▸ GIVEN RECORDS:
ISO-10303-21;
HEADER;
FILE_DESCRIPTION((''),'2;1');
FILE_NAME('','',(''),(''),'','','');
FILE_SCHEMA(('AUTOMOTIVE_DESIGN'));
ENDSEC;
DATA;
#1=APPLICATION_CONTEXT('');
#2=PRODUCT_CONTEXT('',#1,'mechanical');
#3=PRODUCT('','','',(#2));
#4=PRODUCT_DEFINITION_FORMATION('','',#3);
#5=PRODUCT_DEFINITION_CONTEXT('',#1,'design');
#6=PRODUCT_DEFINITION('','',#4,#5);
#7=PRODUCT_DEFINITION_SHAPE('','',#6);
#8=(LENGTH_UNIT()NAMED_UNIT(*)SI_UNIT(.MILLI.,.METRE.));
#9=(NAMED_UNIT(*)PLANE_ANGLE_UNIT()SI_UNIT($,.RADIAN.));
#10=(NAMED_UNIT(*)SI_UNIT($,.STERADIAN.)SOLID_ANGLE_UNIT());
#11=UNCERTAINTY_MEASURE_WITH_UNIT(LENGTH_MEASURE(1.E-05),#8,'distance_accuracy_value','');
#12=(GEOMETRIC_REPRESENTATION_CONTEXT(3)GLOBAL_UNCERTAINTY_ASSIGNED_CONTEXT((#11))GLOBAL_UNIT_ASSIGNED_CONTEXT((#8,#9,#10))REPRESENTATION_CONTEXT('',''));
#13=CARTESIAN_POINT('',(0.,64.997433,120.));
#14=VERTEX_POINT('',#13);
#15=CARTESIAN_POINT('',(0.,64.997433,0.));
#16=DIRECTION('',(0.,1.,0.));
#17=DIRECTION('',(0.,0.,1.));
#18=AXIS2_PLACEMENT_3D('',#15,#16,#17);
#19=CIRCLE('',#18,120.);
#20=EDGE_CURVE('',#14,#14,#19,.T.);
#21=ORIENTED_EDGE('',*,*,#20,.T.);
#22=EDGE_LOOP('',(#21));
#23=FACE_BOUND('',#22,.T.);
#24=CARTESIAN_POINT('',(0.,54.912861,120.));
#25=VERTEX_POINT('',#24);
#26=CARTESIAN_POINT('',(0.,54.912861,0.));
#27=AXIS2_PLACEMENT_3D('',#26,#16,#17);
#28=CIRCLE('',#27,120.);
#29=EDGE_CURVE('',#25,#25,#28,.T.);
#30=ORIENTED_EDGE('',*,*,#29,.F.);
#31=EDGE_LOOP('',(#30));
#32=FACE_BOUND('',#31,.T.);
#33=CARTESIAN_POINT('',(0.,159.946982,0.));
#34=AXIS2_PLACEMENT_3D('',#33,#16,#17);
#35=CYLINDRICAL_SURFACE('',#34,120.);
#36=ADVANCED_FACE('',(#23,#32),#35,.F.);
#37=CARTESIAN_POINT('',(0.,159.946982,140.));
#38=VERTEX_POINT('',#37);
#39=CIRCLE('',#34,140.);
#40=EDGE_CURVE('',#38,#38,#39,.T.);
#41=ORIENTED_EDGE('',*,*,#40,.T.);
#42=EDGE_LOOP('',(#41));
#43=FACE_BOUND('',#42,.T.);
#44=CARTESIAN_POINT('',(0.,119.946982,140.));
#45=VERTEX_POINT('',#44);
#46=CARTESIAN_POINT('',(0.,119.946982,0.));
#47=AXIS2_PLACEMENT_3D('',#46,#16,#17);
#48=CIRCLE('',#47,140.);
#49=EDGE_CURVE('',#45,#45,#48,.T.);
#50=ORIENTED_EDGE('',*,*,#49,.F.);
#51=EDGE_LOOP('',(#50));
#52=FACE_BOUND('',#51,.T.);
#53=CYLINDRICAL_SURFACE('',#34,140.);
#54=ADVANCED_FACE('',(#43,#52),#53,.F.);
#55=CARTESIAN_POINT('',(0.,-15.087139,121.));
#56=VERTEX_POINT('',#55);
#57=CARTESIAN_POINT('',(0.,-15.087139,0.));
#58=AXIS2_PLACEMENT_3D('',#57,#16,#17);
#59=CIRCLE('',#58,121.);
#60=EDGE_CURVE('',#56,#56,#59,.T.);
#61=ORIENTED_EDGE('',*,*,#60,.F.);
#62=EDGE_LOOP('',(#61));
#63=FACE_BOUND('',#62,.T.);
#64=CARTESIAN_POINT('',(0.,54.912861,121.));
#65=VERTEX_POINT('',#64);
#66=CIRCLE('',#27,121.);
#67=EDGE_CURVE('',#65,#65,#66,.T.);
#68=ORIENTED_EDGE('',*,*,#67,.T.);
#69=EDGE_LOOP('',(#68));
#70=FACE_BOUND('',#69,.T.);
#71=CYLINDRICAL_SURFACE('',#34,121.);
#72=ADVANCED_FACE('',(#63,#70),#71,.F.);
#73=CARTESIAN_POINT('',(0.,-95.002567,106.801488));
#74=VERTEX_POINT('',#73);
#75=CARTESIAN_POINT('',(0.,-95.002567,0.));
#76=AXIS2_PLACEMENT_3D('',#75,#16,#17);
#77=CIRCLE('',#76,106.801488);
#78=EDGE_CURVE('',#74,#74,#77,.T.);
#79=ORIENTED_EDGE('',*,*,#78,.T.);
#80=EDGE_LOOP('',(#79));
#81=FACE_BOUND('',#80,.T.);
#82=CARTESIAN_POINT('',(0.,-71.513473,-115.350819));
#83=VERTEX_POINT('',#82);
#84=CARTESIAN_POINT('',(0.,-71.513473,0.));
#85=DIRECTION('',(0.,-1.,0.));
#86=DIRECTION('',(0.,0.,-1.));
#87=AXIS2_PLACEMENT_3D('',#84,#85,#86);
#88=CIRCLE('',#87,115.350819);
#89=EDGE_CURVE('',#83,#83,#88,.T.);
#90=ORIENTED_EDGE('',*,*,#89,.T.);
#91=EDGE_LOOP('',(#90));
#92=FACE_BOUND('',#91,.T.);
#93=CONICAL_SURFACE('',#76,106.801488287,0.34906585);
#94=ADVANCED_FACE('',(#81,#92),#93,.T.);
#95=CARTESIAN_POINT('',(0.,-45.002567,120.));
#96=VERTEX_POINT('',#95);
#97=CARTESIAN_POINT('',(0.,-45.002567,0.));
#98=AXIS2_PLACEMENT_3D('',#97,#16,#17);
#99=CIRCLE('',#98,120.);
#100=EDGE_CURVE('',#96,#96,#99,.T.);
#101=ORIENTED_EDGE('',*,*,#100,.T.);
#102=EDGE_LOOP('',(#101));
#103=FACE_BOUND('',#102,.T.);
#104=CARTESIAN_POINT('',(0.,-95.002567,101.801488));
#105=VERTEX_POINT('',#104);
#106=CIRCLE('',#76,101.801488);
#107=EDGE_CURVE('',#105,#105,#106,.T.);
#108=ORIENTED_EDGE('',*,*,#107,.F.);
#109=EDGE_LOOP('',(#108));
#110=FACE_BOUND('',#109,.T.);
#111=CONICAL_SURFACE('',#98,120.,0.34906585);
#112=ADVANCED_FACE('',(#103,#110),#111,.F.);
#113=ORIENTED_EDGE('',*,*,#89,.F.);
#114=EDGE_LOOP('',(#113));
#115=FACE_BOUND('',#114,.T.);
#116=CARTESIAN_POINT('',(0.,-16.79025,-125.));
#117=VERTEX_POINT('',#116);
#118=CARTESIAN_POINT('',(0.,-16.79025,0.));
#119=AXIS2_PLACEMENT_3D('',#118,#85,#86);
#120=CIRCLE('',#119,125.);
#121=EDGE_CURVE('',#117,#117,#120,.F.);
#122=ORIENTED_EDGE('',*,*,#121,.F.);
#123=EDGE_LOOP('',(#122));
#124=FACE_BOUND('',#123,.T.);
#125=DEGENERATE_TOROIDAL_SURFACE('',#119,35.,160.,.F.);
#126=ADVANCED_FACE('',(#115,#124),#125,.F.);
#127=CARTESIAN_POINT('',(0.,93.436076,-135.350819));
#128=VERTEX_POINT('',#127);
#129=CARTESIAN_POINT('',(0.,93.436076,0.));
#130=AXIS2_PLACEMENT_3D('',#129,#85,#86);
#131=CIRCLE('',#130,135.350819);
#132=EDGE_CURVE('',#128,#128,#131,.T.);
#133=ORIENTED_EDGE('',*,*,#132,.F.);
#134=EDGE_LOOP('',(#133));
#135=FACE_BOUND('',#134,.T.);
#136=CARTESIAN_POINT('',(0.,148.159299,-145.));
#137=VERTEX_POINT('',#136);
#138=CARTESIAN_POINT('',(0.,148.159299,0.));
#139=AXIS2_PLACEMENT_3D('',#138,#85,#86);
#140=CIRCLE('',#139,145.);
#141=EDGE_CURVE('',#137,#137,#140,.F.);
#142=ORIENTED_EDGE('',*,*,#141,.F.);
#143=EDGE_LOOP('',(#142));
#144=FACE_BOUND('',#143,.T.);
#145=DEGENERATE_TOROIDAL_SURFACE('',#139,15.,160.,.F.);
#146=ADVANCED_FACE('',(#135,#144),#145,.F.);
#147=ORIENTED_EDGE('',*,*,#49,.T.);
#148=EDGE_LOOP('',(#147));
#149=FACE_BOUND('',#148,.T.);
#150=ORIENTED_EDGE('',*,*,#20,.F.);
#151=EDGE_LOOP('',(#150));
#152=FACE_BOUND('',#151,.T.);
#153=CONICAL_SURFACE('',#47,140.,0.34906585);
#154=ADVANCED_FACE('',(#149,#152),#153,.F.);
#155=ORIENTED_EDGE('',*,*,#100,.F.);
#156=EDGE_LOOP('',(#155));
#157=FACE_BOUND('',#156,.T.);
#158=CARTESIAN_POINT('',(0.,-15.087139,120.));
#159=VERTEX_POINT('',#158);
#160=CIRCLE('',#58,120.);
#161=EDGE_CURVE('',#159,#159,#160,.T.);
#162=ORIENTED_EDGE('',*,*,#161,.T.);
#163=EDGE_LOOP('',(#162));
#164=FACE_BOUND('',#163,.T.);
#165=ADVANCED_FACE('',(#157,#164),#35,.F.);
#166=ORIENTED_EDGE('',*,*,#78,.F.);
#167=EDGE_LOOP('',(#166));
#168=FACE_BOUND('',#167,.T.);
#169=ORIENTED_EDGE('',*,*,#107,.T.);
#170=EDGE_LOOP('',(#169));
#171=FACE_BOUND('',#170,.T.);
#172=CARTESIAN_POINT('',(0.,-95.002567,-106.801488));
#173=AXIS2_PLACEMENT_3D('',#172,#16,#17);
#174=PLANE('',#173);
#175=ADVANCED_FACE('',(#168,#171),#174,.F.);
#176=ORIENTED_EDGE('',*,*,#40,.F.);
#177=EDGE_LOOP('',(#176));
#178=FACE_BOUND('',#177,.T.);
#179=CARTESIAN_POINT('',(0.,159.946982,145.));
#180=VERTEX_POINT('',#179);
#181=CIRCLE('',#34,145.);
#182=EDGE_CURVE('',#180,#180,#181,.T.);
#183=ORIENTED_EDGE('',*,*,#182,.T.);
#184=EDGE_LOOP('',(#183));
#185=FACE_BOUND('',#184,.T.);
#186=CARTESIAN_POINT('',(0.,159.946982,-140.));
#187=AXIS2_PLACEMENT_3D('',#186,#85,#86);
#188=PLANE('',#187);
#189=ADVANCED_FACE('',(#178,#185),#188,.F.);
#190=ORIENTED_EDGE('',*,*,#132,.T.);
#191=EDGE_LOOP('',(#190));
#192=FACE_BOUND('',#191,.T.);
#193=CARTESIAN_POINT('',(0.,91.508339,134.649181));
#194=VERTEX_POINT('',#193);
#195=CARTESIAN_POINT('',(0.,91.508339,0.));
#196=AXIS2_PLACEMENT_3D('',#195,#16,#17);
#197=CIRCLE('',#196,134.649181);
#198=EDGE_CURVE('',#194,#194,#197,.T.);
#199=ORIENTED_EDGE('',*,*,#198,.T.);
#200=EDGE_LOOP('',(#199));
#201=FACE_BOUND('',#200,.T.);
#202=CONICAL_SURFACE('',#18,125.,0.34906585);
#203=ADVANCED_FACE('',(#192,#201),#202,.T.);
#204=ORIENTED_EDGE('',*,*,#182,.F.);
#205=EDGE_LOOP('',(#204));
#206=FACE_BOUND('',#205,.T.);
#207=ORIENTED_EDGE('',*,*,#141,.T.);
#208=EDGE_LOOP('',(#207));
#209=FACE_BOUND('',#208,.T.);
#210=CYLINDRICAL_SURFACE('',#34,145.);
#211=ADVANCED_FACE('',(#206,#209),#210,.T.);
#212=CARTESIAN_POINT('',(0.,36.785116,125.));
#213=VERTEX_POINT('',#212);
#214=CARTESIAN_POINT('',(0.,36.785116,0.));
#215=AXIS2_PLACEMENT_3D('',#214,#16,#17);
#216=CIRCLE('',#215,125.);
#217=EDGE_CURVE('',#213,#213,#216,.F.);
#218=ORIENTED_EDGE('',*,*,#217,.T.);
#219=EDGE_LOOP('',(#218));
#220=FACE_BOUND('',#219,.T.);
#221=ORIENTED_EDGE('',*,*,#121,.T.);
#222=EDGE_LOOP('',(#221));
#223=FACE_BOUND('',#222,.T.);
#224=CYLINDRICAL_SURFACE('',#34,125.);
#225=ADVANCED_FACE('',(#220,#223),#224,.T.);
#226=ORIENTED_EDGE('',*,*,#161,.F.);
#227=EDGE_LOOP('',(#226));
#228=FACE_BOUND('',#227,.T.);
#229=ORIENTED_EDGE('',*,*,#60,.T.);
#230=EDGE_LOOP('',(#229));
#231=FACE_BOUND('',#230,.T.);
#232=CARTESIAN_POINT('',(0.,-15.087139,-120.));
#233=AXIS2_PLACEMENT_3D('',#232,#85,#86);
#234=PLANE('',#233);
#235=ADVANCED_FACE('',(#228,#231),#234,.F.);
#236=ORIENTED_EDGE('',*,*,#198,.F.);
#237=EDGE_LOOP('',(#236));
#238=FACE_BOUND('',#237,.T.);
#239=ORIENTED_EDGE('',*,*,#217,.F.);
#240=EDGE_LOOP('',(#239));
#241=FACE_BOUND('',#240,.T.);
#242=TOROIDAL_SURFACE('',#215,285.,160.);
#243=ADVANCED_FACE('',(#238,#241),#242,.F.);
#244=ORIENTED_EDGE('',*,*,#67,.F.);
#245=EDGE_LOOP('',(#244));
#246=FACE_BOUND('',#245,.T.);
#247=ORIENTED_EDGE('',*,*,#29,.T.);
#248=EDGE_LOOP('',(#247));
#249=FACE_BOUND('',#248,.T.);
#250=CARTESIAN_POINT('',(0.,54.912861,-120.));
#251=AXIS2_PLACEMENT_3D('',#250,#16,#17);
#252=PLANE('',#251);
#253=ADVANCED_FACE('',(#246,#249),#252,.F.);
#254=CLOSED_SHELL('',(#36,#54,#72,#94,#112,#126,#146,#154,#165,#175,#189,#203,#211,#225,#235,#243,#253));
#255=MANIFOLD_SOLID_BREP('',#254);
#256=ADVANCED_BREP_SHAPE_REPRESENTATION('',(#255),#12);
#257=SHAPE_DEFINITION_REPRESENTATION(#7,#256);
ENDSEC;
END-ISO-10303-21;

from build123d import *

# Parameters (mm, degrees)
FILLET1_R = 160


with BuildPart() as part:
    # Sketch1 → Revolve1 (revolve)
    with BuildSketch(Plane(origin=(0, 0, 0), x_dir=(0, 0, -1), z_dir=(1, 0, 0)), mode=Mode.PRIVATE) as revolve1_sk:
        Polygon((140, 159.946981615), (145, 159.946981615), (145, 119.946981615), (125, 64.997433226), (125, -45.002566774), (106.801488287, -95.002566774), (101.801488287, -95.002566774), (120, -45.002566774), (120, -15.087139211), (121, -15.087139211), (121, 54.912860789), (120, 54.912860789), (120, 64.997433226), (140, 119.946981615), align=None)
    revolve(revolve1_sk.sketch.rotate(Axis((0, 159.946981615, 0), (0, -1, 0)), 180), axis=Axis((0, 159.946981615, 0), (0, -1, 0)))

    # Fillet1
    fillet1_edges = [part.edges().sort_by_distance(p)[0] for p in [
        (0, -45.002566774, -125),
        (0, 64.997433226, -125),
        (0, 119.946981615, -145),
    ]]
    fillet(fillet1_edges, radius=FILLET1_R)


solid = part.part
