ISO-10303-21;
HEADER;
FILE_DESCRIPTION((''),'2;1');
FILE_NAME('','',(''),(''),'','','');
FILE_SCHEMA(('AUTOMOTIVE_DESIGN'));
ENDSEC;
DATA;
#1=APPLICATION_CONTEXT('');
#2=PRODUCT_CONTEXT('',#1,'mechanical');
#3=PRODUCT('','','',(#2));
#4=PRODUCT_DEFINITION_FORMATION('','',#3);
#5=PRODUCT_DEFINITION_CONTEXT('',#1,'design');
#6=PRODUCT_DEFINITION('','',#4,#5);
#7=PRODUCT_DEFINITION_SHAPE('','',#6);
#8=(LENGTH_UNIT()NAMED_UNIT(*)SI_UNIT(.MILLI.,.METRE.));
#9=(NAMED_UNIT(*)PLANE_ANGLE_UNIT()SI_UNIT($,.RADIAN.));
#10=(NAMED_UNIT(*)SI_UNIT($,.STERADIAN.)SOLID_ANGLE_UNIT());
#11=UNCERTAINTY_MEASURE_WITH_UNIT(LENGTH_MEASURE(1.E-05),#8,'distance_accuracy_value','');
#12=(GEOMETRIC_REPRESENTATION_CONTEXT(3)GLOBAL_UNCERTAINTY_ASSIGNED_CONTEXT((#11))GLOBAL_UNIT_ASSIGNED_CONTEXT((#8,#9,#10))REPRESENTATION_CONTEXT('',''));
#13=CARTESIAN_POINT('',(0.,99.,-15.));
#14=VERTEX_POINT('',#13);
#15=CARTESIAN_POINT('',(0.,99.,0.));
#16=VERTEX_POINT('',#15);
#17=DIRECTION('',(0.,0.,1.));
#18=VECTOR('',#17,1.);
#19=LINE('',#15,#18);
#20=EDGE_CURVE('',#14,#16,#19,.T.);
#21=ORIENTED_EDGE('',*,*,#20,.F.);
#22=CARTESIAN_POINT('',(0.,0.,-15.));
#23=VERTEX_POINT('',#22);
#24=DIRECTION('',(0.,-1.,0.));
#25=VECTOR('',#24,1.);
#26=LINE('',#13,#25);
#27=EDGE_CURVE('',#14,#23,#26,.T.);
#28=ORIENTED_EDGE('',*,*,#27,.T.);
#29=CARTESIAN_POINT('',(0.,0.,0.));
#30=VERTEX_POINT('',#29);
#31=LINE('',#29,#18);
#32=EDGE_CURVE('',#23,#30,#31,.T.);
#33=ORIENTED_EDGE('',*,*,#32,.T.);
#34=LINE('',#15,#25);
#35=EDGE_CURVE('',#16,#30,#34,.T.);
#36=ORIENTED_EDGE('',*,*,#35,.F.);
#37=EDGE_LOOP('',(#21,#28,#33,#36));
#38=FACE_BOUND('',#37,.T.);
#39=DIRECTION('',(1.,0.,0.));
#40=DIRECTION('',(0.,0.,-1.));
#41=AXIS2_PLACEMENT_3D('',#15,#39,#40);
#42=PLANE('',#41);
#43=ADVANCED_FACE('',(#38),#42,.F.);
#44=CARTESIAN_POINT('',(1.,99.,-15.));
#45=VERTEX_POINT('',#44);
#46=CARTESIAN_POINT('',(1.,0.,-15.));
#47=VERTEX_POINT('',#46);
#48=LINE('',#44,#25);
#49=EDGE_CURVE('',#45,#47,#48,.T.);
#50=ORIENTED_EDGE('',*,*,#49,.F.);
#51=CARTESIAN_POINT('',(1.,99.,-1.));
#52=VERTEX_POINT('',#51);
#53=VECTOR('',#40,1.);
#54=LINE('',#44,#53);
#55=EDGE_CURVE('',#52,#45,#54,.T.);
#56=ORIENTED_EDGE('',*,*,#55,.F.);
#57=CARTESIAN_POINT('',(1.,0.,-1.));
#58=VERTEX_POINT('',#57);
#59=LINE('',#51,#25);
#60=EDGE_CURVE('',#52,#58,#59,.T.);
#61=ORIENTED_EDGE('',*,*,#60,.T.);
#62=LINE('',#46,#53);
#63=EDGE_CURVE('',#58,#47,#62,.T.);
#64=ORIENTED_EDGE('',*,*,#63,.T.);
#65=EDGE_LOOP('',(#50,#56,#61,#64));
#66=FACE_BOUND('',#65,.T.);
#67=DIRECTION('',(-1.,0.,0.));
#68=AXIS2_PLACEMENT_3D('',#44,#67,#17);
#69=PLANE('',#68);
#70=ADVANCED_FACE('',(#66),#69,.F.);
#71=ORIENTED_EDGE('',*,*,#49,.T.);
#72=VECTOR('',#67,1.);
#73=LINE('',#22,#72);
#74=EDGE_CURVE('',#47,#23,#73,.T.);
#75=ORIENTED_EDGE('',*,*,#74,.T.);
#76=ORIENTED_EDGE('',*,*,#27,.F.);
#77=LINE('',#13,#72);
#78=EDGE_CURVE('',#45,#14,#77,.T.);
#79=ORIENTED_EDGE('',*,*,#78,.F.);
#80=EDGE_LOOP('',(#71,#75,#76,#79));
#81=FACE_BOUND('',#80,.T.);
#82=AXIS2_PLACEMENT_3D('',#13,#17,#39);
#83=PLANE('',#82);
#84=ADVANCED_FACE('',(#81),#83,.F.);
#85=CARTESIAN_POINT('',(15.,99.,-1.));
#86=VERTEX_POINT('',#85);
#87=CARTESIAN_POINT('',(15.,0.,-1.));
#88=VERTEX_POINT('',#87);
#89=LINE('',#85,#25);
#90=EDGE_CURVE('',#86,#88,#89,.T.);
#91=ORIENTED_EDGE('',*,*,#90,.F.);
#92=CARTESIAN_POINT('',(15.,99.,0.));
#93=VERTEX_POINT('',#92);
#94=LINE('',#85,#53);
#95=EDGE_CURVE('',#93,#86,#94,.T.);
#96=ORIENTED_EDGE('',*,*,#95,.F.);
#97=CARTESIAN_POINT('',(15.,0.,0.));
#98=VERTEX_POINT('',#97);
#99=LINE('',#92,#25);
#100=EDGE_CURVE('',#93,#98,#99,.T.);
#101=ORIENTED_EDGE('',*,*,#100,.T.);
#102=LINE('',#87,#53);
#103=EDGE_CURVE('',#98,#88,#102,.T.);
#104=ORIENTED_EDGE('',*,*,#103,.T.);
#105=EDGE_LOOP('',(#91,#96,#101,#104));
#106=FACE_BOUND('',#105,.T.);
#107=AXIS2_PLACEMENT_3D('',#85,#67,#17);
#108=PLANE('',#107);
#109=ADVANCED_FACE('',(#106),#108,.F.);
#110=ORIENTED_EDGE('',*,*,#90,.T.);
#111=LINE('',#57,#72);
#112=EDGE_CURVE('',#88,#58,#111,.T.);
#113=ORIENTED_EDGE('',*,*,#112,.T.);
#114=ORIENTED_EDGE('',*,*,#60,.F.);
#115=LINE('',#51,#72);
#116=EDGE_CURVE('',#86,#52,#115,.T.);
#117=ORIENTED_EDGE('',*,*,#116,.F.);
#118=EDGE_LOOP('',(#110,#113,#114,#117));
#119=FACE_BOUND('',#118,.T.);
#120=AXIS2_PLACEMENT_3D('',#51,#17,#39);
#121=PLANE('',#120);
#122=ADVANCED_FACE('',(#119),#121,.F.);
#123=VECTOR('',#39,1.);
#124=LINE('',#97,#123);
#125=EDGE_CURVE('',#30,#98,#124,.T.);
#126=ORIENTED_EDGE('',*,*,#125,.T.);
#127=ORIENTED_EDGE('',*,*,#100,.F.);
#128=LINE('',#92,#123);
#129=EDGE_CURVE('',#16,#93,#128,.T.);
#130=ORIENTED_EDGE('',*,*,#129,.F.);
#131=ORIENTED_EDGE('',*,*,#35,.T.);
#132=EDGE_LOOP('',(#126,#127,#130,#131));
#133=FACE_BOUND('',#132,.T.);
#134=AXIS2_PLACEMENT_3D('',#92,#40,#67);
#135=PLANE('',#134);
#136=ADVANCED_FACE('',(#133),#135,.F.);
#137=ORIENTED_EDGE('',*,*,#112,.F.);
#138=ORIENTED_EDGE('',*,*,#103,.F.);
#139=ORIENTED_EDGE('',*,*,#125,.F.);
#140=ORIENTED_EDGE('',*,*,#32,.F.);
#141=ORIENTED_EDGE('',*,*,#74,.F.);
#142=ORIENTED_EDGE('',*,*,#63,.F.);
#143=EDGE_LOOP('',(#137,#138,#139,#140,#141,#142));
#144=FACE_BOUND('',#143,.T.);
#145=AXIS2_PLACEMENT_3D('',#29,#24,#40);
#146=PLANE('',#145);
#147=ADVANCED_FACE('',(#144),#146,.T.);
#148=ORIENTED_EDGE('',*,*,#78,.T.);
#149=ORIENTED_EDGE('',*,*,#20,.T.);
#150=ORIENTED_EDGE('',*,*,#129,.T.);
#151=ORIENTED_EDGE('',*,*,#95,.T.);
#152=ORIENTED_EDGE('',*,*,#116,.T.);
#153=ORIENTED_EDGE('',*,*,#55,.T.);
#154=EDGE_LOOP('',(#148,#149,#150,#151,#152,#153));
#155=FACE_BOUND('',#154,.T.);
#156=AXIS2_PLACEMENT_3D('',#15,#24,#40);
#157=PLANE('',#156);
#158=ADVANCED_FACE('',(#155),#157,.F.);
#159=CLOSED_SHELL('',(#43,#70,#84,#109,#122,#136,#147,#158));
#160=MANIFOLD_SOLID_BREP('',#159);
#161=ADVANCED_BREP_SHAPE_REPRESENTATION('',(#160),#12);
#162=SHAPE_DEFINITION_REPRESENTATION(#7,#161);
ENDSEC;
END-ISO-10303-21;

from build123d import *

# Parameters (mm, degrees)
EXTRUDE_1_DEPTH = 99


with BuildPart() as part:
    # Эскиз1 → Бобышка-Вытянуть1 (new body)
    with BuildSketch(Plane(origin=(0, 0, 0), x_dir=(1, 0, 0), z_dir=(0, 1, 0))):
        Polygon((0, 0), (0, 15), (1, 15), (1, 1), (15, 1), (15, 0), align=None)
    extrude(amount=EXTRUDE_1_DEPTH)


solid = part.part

▸ TASK BRIEF: Retype exactly the lines of the data above that fall between the line with "#52=FACE_BOUND('',#51,.T.);" and the line with "#58=AXIS2_PLACEMENT_3D('',#57,#16,#17);", inclusive, and add nothing.

▸ WRITTEN ANSWER:
#52=FACE_BOUND('',#51,.T.);
#53=CYLINDRICAL_SURFACE('',#34,140.);
#54=ADVANCED_FACE('',(#43,#52),#53,.F.);
#55=CARTESIAN_POINT('',(0.,-15.087139,121.));
#56=VERTEX_POINT('',#55);
#57=CARTESIAN_POINT('',(0.,-15.087139,0.));
#58=AXIS2_PLACEMENT_3D('',#57,#16,#17);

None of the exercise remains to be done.